Sandvoort Village (Carl Croker photos)

Back in the days, people used to farm at Anna Clementia, but that is not happening now because the place needs to be developed.

The population of just about 400 and the locals are of mixed race: Afro- Guyanese, Indo-Guyanese, Indigenous persons and Chinese.

Sandvoort is an agriculture-based village and the people are very resourceful and self-sufficient, and almost everybody does something honest to earn.

The community is like a large family setting and the people are related by blood and there aren’t any newcomers, since most people who live there lived all their lives there and it is the only place they call ‘home.’

Sandvoort Village (Carl Croker photos)

Sandvoort was once a Dutch plantation where coffee was grown on a large scale before it became a village bought by slaves, where locals began occupying the lands.

Presently the local farmers are counting their losses which ran into millions due to the recent flooding and are trying to regroup, since most cattle that survived the flood were sold and crops were destroyed.

Sandvoort Village is about three miles from New Amsterdam and the people grow their own food while fish, meats and vehicles selling groceries would pass through the village, so things are easily reached.

The people of this village are blessed with longevity,as the elders often attain the age of 80s and 90s.

They credit their longevity on the organic foods they consume and their being a God-fearing people.

Yourick Munroe
One of the village elders is Yourick Munroe, who moved from his hometown of Manchester Village, Corentyne, Berbice, at age 16 to live and work in Sandvoort Village.

The 80-year-old is a spritely gentleman and a rice farmer, who also has a crop of sweet potatoes and some cash crops.

Munroe stated that he had some cows, but lost about 100 when the floods came and he was forced to sell off the rest of his herd.

He has 48 acres of rice that were entirely destroyed by floodwaters and cannot supply any rice to Nand Persaud rice mill this season.

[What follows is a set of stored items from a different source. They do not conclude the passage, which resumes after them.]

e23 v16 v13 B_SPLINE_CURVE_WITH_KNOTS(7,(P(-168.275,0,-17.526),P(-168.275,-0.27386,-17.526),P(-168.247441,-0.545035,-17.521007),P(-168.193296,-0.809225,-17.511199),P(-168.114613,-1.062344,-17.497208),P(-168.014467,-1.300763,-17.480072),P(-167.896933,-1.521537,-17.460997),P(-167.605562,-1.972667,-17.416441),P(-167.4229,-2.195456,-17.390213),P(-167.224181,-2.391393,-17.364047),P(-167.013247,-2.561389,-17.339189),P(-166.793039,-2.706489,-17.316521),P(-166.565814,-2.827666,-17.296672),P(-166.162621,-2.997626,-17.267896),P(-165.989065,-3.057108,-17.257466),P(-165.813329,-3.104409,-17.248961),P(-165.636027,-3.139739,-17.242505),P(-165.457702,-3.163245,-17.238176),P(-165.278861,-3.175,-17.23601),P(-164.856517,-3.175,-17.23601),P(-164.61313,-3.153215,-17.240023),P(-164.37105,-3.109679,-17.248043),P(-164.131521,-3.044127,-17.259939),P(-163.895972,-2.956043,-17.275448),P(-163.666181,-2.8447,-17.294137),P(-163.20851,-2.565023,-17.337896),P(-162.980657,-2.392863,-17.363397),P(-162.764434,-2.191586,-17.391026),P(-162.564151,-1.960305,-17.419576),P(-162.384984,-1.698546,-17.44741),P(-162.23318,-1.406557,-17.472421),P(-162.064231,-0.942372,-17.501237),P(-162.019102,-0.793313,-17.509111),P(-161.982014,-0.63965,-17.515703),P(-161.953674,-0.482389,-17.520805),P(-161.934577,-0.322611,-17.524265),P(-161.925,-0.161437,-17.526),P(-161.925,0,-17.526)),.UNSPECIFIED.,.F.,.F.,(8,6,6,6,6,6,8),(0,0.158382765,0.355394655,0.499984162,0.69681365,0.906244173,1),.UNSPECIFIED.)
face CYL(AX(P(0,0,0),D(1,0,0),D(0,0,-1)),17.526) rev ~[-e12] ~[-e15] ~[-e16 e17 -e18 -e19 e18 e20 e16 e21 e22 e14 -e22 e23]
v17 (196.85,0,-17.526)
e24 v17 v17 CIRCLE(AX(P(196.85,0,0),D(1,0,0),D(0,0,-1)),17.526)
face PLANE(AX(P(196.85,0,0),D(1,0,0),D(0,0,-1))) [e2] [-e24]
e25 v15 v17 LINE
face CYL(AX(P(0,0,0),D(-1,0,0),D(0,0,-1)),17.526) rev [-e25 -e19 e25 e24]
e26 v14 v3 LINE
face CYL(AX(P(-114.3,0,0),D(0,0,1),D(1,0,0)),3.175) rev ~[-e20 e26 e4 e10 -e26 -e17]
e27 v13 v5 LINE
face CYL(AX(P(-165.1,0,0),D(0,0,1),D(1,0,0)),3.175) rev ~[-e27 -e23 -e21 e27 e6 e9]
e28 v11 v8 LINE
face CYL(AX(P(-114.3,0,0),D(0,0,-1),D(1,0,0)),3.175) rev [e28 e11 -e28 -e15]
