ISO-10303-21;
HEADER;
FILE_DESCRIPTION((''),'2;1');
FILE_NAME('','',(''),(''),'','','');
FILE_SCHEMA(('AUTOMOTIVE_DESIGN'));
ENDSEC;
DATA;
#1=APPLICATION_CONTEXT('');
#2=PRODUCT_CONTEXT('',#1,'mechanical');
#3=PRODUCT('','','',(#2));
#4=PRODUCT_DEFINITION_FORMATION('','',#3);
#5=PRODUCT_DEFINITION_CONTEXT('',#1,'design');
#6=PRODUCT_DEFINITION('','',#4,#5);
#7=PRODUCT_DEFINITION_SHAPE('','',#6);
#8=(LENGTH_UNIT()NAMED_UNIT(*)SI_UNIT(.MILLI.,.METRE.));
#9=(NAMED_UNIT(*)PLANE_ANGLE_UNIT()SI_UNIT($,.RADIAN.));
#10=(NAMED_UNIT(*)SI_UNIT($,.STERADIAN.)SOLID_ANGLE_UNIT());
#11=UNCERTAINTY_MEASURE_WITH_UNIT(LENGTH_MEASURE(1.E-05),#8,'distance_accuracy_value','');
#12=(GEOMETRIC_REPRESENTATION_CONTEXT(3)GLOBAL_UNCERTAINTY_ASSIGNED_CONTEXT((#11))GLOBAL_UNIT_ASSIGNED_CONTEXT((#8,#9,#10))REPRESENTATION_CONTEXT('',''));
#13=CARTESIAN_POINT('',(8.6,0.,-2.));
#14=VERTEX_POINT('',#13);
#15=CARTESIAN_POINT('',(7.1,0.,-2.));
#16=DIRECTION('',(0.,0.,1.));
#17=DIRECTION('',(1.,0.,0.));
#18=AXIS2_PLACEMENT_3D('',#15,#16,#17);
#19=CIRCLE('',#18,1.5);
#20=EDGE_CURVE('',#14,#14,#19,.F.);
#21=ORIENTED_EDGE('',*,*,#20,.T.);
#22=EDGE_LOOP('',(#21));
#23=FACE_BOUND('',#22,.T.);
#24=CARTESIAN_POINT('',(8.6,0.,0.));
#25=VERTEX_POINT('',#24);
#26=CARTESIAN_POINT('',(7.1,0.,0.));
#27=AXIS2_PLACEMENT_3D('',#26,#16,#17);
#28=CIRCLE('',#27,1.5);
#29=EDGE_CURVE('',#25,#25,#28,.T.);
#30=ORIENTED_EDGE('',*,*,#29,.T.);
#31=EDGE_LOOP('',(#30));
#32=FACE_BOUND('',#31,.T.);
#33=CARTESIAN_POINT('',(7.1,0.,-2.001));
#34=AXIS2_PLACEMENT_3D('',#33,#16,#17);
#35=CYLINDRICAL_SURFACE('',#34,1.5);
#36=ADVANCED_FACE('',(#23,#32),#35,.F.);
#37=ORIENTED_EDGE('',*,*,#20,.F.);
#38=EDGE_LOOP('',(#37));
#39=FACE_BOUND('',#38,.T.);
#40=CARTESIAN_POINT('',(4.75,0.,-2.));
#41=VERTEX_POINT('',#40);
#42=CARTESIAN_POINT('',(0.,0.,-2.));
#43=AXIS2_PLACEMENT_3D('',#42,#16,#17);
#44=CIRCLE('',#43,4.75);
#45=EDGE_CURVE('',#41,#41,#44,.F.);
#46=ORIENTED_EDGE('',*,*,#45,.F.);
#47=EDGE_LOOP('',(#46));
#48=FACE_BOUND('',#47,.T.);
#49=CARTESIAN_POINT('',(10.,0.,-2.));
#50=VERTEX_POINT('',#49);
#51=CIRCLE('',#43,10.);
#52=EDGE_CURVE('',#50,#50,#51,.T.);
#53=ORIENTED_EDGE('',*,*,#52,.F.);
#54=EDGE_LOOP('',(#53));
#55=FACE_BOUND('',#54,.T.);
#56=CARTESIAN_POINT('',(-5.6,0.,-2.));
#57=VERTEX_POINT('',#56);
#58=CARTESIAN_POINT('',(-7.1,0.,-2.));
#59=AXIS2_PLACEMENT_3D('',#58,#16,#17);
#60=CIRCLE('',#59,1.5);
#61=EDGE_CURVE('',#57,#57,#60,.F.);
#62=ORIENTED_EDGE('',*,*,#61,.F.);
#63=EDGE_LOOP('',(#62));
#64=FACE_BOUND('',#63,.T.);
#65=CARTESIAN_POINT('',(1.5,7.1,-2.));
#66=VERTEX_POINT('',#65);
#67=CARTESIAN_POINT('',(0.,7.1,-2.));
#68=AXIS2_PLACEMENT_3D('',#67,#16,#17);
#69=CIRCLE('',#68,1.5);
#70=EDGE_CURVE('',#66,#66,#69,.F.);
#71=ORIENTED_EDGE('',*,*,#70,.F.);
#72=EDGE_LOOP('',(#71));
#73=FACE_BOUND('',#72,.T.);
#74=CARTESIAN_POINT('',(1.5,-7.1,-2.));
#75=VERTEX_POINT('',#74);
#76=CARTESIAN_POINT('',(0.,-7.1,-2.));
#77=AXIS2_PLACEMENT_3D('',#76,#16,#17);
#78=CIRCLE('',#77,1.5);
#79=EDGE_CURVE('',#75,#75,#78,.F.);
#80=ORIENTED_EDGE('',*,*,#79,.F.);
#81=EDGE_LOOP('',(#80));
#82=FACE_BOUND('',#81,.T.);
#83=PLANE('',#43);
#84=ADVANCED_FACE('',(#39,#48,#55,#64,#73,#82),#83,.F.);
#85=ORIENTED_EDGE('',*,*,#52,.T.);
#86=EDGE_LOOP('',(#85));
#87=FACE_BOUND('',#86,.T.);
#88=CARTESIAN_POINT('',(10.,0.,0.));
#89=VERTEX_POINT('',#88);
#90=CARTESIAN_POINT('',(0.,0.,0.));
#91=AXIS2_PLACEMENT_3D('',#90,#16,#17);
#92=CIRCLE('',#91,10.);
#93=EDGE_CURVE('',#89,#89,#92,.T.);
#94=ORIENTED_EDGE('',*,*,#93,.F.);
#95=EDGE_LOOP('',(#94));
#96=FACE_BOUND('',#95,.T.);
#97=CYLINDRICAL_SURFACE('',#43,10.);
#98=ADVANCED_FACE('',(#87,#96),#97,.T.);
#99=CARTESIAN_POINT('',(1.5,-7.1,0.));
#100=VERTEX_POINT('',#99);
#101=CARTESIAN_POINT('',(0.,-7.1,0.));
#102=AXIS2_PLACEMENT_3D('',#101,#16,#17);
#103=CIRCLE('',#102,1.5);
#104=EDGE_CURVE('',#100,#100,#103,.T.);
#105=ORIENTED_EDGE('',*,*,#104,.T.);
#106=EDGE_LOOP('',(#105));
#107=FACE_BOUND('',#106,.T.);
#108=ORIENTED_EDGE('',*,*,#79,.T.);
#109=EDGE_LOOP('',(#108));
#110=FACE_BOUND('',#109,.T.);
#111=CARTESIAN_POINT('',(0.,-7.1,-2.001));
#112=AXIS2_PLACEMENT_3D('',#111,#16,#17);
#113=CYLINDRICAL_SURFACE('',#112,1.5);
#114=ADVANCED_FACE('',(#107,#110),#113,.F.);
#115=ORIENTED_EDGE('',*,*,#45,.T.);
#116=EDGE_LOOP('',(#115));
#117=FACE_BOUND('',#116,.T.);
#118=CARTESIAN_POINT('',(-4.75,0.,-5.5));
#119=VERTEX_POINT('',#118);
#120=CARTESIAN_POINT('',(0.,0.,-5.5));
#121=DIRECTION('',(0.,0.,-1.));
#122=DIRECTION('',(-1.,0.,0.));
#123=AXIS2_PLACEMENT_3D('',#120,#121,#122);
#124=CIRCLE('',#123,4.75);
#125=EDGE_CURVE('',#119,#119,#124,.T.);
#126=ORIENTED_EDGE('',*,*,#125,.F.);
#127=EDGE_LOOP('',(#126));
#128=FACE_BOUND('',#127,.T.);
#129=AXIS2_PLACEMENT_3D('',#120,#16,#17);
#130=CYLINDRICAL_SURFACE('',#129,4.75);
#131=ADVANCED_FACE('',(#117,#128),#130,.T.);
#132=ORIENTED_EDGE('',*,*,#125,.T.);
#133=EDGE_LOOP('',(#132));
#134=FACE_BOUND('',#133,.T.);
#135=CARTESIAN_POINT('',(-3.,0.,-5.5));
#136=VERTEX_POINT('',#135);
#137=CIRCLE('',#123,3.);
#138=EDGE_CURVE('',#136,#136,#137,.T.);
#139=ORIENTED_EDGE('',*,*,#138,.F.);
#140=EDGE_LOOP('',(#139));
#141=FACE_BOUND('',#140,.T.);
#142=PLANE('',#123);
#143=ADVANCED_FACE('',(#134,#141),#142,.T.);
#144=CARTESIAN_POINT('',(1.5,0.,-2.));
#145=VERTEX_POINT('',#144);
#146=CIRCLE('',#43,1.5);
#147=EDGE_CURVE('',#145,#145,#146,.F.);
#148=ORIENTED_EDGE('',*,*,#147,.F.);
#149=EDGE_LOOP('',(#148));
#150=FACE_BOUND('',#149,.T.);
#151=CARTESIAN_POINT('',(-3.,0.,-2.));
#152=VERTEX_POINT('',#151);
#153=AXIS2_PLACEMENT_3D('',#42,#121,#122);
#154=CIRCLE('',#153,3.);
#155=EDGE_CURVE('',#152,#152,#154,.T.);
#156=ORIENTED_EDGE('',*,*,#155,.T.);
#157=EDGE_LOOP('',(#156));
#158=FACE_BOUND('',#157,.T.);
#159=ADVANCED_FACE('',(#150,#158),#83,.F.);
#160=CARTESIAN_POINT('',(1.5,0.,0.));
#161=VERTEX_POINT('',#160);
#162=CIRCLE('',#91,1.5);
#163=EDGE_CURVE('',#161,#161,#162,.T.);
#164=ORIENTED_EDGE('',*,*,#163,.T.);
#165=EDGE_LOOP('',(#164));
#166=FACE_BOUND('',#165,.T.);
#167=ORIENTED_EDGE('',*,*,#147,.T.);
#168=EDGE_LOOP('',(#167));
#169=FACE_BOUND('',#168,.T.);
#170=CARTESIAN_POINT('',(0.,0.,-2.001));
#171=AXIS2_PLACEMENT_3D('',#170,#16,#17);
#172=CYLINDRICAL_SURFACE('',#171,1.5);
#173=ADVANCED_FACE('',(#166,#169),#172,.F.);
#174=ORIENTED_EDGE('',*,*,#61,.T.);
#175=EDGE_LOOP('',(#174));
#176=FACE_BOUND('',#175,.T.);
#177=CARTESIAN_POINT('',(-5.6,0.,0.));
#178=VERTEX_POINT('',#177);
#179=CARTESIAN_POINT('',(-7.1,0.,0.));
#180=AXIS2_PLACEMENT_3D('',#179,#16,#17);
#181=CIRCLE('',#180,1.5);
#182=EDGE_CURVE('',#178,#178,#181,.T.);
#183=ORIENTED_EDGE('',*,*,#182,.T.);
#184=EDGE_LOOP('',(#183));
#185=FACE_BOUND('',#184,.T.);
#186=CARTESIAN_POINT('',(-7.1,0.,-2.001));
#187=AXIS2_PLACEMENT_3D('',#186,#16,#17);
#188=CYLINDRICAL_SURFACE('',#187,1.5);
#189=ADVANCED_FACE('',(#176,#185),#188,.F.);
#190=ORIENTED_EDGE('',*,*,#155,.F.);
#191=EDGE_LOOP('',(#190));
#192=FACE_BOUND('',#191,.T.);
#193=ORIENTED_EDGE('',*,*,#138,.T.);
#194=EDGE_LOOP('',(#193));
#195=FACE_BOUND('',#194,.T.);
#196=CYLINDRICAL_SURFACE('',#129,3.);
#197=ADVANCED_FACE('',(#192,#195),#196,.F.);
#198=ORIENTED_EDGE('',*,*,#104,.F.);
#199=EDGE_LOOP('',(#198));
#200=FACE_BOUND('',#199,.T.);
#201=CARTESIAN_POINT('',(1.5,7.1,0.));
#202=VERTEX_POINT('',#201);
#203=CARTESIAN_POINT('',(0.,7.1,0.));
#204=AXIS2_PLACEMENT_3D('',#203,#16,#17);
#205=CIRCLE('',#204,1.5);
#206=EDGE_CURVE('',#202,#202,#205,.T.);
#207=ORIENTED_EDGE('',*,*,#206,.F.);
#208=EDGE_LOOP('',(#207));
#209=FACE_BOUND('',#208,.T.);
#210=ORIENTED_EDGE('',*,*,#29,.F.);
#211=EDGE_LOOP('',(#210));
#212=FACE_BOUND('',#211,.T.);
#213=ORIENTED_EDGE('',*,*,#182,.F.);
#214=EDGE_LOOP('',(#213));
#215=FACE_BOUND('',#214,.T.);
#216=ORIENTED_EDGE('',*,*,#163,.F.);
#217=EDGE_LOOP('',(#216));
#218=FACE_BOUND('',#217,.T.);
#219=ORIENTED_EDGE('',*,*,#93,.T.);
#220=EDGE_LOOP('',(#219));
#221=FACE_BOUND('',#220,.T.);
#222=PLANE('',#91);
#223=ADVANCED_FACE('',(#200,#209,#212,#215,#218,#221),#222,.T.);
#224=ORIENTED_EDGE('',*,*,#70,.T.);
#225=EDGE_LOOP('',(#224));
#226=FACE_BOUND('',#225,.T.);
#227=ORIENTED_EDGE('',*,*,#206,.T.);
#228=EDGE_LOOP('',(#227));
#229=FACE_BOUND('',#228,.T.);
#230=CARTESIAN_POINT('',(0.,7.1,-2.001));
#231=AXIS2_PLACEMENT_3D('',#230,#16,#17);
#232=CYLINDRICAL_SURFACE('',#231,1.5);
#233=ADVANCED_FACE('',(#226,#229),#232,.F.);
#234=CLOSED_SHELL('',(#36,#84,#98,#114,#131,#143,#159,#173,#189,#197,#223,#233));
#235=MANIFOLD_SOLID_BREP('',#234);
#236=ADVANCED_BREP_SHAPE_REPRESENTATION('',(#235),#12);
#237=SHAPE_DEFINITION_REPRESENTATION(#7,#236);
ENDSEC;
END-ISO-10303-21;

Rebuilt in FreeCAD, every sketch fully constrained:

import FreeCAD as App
import Part
import Sketcher
from FreeCAD import Vector
Q = App.Units.Quantity

doc = App.newDocument("Part")
body = doc.addObject("PartDesign::Body", "Body")

# Sketch on XY plane
sketch1 = body.newObject("Sketcher::SketchObject", "Sketch")
sketch1.AttachmentSupport = (doc.getObject("XY_Plane"), [""])
sketch1.MapMode = "FlatFace"
sketch1.addGeometry(Part.Circle(Vector(0, 0, 0), Vector(0, 0, 1), 10), False)
sketch1.addConstraint([
    Sketcher.Constraint("Coincident", 0, 3, -1, 1),
    Sketcher.Constraint("Diameter", 0, Q("20 mm")),
])
pad1 = body.newObject("PartDesign::Pad", "Pad")
pad1.Profile = sketch1
pad1.Length = 2
pad1.Reversed = True

# Sketch on XY plane
sketch2 = body.newObject("Sketcher::SketchObject", "Sketch001")
sketch2.AttachmentSupport = (doc.getObject("XY_Plane"), [""])
sketch2.MapMode = "FlatFace"
sketch2.addGeometry(Part.Circle(Vector(0, 0, 0), Vector(0, 0, 1), 1.5), False)
sketch2.addConstraint([
    Sketcher.Constraint("Coincident", 0, 3, -1, 1),
    Sketcher.Constraint("Diameter", 0, Q("3 mm")),
])
pocket1 = body.newObject("PartDesign::Pocket", "Pocket")
pocket1.Profile = sketch2
pocket1.Type = "UpToFirst"

# Sketch on XY plane
sketch3 = body.newObject("Sketcher::SketchObject", "Sketch002")
sketch3.AttachmentSupport = (doc.getObject("XY_Plane"), [""])
sketch3.MapMode = "FlatFace"
sketch3.addGeometry(Part.Circle(Vector(-7.1, 0, 0), Vector(0, 0, 1), 1.5), False)
sketch3.addConstraint([
    Sketcher.Constraint("PointOnObject", 0, 3, -1),
    Sketcher.Constraint("Diameter", 0, Q("3 mm")),
    Sketcher.Constraint("DistanceX", 0, 3, -1, 1, Q("7.1 mm")),
])
pocket2 = body.newObject("PartDesign::Pocket", "Pocket001")
pocket2.Profile = sketch3
pocket2.Type = "UpToFirst"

Village elder, Yourick Munroe (Carl Croker photos)

Munroe said the Canje Creek runs along the village and being the last village at that end, they have vast backlands and most people utilise it for farming.

“Right now, the backlands are flooded and there is the koker, but with no doors so farmers cannot do any land preparation and they are waiting on a drainage upgrade because tubings are needed to be placed for the water to be drained off the land before any farming can take place again,” he said.

Munroe is the father of 17 children, has 58 grandchildren and 32 great-grandchildren.

“I didn’t come to waste time and I started to work at age 16 with some cows and that is how I began life and still working today without any sickness,” he said.

Munroe left his home village and relocated to Sandvoort with 14 cows and he used those cows to work the backlands, and over time, he accumulated money and bought lands in the village and began farming.

The elder, who is well-respected and well-known, stated that he left Guyana and worked as a rice farmer in Suriname for 32 years and was responsible for 66 workers, but it was time for him to return to Guyana.

Munroe explained that for people here to get serious our laws need to change and stiffer penalties should be imposed for the authorities to curb lawlessness as in Suriname, where they have strict laws which are clear and every month they relocate the police so they do not get comfortable in one place.

He reported that Sandvoort is a very close-knit community with mostly families, and it is an equally safe place to live where there is no need to lock doors and everything can be left unattended and would not go missing.

Munroe stated that crimes are unheard of in that village and it is a very quiet place to lead a good country life.